More than 5 years have passed since last update.

Object Detection APIを使って堀川君を検知

Last updated at 2019-01-27Posted at 2019-01-09

TensorFlow Object Detection APIを使ってGoogle Cloud ML Engineで訓練をしました。
適当にGoogle画像検索で堀川君の画像を使ったのですが、結果いまいちです。教師データの画像も約40枚と少なく、色々な点で手を抜いています。

※Google画像検索すると変な画像も多かったです。評価画像を6枚しか用意していなかったため、一番わかりやすかったのが↑なのですが、ファンの方すいません・・・
モデルのエクスポートは「Object Detection APIのsaved_model出力」を参照ください。

概要

教師画像：訓練用30枚、評価用6枚
Epoch：1000回
バッチサイズ：1
アルゴリズム: Faster R-CNN with Resnet-101 (v1)
転移学習：Tensorflow detection model zooのCOCO-trained modelsを使用

参考

環境

種類	バージョン	内容
OS	Ubuntu18.04.01 LTS	Windows8.1からOracle VirtualBoxを使って動かしています
Python	3.5.6	Python3.5.6をpyenvで動かしています。Google Cloud MLのランタイム1.10を使うのでPythonは最新の3.7を使いません(2019/1/5時点)
TensorFlow	1.10	Google Cloud MLのランタイム1.10を使うのでTensorFlowは最新の1.12を使いません(2019/1/5時点)
※後で気になって調べたのですが、2019/1/5時点でもTensorFlow1.12が使えました。日本語の情報だと1.10までしかなかったのですが、英語で見ると1.12も使えました。

前提

pyenvはインストール済
GCPのアカウントを持っていること
Google Cloud SDKインストール済
TensorFlow Object Detection API インストール済
訓練用データ作成済

手順

1. 訓練事前準備

1.1. パッケージング

Google Cloud ML Engineに送るプログラムをパッケージングします。

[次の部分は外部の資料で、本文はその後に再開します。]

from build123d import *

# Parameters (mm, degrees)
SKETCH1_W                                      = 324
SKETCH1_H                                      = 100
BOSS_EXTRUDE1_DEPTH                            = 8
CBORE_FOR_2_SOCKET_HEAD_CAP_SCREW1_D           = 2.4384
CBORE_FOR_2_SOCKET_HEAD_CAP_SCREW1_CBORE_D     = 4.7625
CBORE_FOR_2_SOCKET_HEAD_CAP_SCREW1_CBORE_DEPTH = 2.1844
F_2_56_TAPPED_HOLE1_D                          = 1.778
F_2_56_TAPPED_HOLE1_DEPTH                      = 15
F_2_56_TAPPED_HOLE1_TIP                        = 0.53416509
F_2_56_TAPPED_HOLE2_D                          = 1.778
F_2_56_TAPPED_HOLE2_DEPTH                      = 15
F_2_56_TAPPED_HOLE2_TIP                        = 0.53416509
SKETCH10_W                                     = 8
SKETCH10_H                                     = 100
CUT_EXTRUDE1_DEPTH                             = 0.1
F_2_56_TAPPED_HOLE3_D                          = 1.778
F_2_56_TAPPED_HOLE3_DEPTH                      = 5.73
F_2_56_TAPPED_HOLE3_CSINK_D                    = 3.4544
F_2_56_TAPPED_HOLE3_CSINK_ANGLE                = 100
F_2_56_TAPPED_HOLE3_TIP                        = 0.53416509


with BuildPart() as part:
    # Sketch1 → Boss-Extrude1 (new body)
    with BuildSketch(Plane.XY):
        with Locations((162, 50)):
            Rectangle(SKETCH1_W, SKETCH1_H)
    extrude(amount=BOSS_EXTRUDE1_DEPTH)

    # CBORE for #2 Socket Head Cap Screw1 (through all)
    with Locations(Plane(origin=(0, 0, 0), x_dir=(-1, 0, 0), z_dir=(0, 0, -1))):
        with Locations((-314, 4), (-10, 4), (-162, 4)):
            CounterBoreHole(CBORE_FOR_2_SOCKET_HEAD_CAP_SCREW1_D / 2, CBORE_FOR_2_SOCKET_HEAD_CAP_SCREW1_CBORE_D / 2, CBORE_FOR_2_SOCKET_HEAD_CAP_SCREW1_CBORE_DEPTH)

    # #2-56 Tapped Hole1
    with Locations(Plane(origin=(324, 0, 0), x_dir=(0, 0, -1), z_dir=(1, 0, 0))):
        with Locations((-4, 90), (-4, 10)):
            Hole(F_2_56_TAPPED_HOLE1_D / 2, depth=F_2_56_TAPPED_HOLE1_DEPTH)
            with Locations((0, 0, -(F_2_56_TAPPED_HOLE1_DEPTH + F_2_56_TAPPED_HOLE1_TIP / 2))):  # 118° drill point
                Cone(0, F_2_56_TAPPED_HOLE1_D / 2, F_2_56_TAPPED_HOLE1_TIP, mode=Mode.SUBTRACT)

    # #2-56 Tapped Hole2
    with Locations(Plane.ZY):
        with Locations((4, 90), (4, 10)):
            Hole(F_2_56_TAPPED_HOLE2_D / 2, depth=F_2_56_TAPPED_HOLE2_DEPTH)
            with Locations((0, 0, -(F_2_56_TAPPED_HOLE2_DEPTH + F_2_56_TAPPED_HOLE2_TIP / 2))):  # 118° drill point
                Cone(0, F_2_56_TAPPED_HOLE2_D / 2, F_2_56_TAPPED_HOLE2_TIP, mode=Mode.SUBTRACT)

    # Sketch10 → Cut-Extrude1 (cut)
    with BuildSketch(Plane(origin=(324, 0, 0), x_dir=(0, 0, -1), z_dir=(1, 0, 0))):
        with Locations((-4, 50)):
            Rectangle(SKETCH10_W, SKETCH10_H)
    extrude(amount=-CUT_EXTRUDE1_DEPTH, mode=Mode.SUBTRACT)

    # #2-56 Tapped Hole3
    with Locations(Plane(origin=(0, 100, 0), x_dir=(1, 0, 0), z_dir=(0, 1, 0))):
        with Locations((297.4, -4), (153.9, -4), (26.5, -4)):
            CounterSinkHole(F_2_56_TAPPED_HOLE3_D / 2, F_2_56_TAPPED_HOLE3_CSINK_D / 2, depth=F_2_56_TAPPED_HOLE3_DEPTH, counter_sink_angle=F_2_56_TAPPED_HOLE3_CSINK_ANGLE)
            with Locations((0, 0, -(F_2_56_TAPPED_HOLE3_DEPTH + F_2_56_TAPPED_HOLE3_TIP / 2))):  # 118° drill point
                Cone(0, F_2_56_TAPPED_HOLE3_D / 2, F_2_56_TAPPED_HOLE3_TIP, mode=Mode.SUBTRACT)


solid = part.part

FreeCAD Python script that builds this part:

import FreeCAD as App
import Part
import Sketcher


def add_polygon(sketch, points):
    """Adds a closed chain of lines whose ends are joined by coincident constraints."""
    first, n = sketch.GeometryCount, len(points)
    for a, b in zip(points, points[1:] + points[:1]):
        sketch.addGeometry(Part.LineSegment(App.Vector(*a, 0), App.Vector(*b, 0)), False)
    for i in range(n):
        sketch.addConstraint(Sketcher.Constraint("Coincident", first + i, 2, first + (i + 1) % n, 1))

doc = App.newDocument("Part")
body = doc.addObject("PartDesign::Body", "Body")

sketch1 = doc.addObject("Sketcher::SketchObject", "Sketch")
body.addObject(sketch1)
sketch1.AttachmentSupport = (doc.XY_Plane, [""])
sketch1.MapMode = "FlatFace"
add_polygon(sketch1, [(0, 100), (0, 0), (324, 0), (324, 100)])
sketch1.addConstraint([
    Sketcher.Constraint("Vertical", 0),
    Sketcher.Constraint("Horizontal", 1),
    Sketcher.Constraint("Vertical", 2),
    Sketcher.Constraint("Horizontal", 3),
    Sketcher.Constraint("Coincident", 0, 2, -1, 1),
    Sketcher.Constraint("DistanceX", 1, 1, 1, 2, 324.0),
    Sketcher.Constraint("DistanceY", 0, 2, 0, 1, 100.0),
])
pad1 = doc.addObject("PartDesign::Pad", "Pad")
body.addObject(pad1)
pad1.Profile = sketch1
pad1.Length = 8

sketch2 = doc.addObject("Sketcher::SketchObject", "Sketch001")
body.addObject(sketch2)
sketch2.AttachmentSupport = (doc.XY_Plane, [""])
sketch2.MapMode = "FlatFace"
sketch2.addGeometry([
    Part.Circle(App.Vector(314, 4, 0), App.Vector(0, 0, 1), 1.2),
    Part.Circle(App.Vector(10, 4, 0), App.Vector(0, 0, 1), 1.2),
    Part.Circle(App.Vector(162, 4, 0), App.Vector(0, 0, 1), 1.2),
], False)
sketch2.addConstraint([
    Sketcher.Constraint("Equal", 0, 1),
    Sketcher.Constraint("Equal", 1, 2),
    Sketcher.Constraint("Horizontal", 0, 3, 1, 3),
    Sketcher.Constraint("Horizontal", 1, 3, 2, 3),
    Sketcher.Constraint("DistanceX", -1, 1, 0, 3, 314.0),
    Sketcher.Constraint("DistanceY", -1, 1, 0, 3, 4.0),
    Sketcher.Constraint("DistanceX", -1, 1, 1, 3, 10.0),
    Sketcher.Constraint("DistanceX", -1, 1, 2, 3, 162.0),
    Sketcher.Constraint("Diameter", 0, 2.4384),
])
doc.recompute()
hole = doc.addObject("PartDesign::Hole", "Hole")
body.addObject(hole)
hole.Profile = sketch2
hole.ThreadType = "None"
hole.Diameter = 2.4384
hole.DepthType = "ThroughAll"
hole.HoleCutType = "Counterbore"
hole.HoleCutDiameter = 4.7625
hole.HoleCutDepth = 2.1844
hole.Reversed = True

sketch3 = doc.addObject("Sketcher::SketchObject", "Sketch002")
body.addObject(sketch3)
sketch3.AttachmentSupport = (doc.YZ_Plane, [""])
sketch3.MapMode = "FlatFace"
sketch3.AttachmentOffset = App.Placement(App.Vector(0, 0, 324), App.Rotation())
sketch3.addGeometry([
    Part.Circle(App.Vector(90, 4, 0), App.Vector(0, 0, 1), 0.9),
    Part.Circle(App.Vector(10, 4, 0), App.Vector(0, 0, 1), 0.9),
], False)
sketch3.addConstraint([
    Sketcher.Constraint("Equal", 0, 1),
    Sketcher.Constraint("Horizontal", 0, 3, 1, 3),
    Sketcher.Constraint("Diameter", 0, 1.778),
    Sketcher.Constraint("DistanceX", -1, 1, 0, 3, 90.0),
    Sketcher.Constraint("DistanceY", -1, 1, 0, 3, 4.0),
    Sketcher.Constraint("DistanceX", -1, 1, 1, 3, 10.0),
])
doc.recompute()
hole2 = doc.addObject("PartDesign::Hole", "Hole001")
body.addObject(hole2)
hole2.Profile = sketch3
hole2.ThreadType = "None"
hole2.Diameter = 1.778
hole2.DepthType = "Dimension"
hole2.Depth = 15
hole2.DrillPoint = "Angled"
hole2.DrillPointAngle = 118

sketch4 = doc.addObject("Sketcher::SketchObject", "Sketch003")
body.addObject(sketch4)
sketch4.AttachmentSupport = (doc.YZ_Plane, [""])
sketch4.MapMode = "FlatFace"
sketch4.addGeometry([
    Part.Circle(App.Vector(90, 4, 0), App.Vector(0, 0, 1), 0.9),
    Part.Circle(App.Vector(10, 4, 0), App.Vector(0, 0, 1), 0.9),
], False)
sketch4.addConstraint([
    Sketcher.Constraint("Equal", 0, 1),
    Sketcher.Constraint("Horizontal", 0, 3, 1, 3),
    Sketcher.Constraint("Diameter", 0, 1.778),
    Sketcher.Constraint("DistanceX", -1, 1, 0, 3, 90.0),
    Sketcher.Constraint("DistanceY", -1, 1, 0, 3, 4.0),
    Sketcher.Constraint("DistanceX", -1, 1, 1, 3, 10.0),
])
doc.recompute()
hole3 = doc.addObject("PartDesign::Hole", "Hole002")
body.addObject(hole3)
hole3.Profile = sketch4
hole3.ThreadType = "None"
hole3.Diameter = 1.778
hole3.DepthType = "Dimension"
hole3.Depth = 15
hole3.DrillPoint = "Angled"
hole3.DrillPointAngle = 118
hole3.Reversed = True

sketch5 = doc.addObject("Sketcher::SketchObject", "Sketch004")
body.addObject(sketch5)
sketch5.AttachmentSupport = (doc.YZ_Plane, [""])
sketch5.MapMode = "FlatFace"
sketch5.AttachmentOffset = App.Placement(App.Vector(0, 0, 324), App.Rotation())
add_polygon(sketch5, [(100, 8), (0, 8), (0, 0), (100, 0)])
sketch5.addConstraint([
    Sketcher.Constraint("Horizontal", 0),
    Sketcher.Constraint("Vertical", 1),
    Sketcher.Constraint("Horizontal", 2),
    Sketcher.Constraint("Vertical", 3),
    Sketcher.Constraint("Coincident", 1, 2, -1, 1),
    Sketcher.Constraint("DistanceX", 0, 2, 0, 1, 100.0),
    Sketcher.Constraint("DistanceY", 1, 2, 1, 1, 8.0),
])
pocket1 = doc.addObject("PartDesign::Pocket", "Pocket")
body.addObject(pocket1)
pocket1.Profile = sketch5
pocket1.Length = 0.1

sketch6 = doc.addObject("Sketcher::SketchObject", "Sketch005")
body.addObject(sketch6)
sketch6.AttachmentSupport = (doc.XZ_Plane, [""])
sketch6.MapMode = "FlatFace"
sketch6.AttachmentOffset = App.Placement(App.Vector(0, 0, -100), App.Rotation())
sketch6.addGeometry([
    Part.Circle(App.Vector(297.4, 4, 0), App.Vector(0, 0, 1), 0.9),
    Part.Circle(App.Vector(153.9, 4, 0), App.Vector(0, 0, 1), 0.9),
    Part.Circle(App.Vector(26.5, 4, 0), App.Vector(0, 0, 1), 0.9),
], False)
sketch6.addConstraint([
    Sketcher.Constraint("Equal", 0, 1),
    Sketcher.Constraint("Equal", 1, 2),
    Sketcher.Constraint("Horizontal", 0, 3, 1, 3),
    Sketcher.Constraint("Horizontal", 1, 3, 2, 3),
    Sketcher.Constraint("Diameter", 0, 1.778),
    Sketcher.Constraint("DistanceY", -1, 1, 0, 3, 4.0),
    Sketcher.Constraint("DistanceX", -1, 1, 0, 3, 297.4),
    Sketcher.Constraint("DistanceX", -1, 1, 1, 3, 153.9),
    Sketcher.Constraint("DistanceX", -1, 1, 2, 3, 26.5),
])
doc.recompute()
hole4 = doc.addObject("PartDesign::Hole", "Hole003")
body.addObject(hole4)
hole4.Profile = sketch6
hole4.ThreadType = "None"
hole4.Diameter = 1.778
hole4.DepthType = "Dimension"
hole4.Depth = 5.73
hole4.DrillPoint = "Angled"
hole4.DrillPointAngle = 118
hole4.HoleCutType = "Countersink"
hole4.HoleCutDiameter = 3.4544
hole4.HoleCutCountersinkAngle = 100
hole4.Reversed = True

doc.recompute()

# From tensorflow/models/research/
bash object_detection/dataset_tools/create_pycocotools_package.sh /tmp/pycocotools
python setup.py sdist

以下のコマンドでファイル生成を確認します。

$ ls /tmp/pycocotools/
pycocotools-2.0.tar.gz

$ ls dist
object_detection-0.1.tar.gz

カレントディレクトリをslimにして、setup.py実行。

(cd slim && python setup.py sdist)

同様にファイル生成を確認。

$ ls slim/dist
slim-0.1.tar.gz

1.2. 訓練ジョブYAMLファイル作成

訓練ジョブのYAMLファイルを作成します。ランタイムのバージョンを1.10にして、サーバ構成をBASIC_GPUというGPUを使用したシンプルな構成にしています。
TrainingInputに各パラメータの説明があります。

config.yaml

trainingInput:
  runtimeVersion: "1.10"
  scaleTier: BASIC_GPU

1.3. 転移学習元モデルのダウンロード

Tensorflow detection model zooからfaster_rcnn_resnet101_cocoをダウンロードして解凍。今回訓練するモデルが転移学習元と関係なくても、少ないEpochで精度が高くなるので転移学習は非常におすすめです。

1.4. Configファイル作成

"models/research/object_detection/samples/configs/"フォルダにあるファイル"faster_rcnn_resnet101_coco.config"をコピーして一部、変更します。
ここでは、次の手順「1.5. Google Cloud Storageへのアップロード」でファイルアップロードすることを見越してファイルパスの設定もしています。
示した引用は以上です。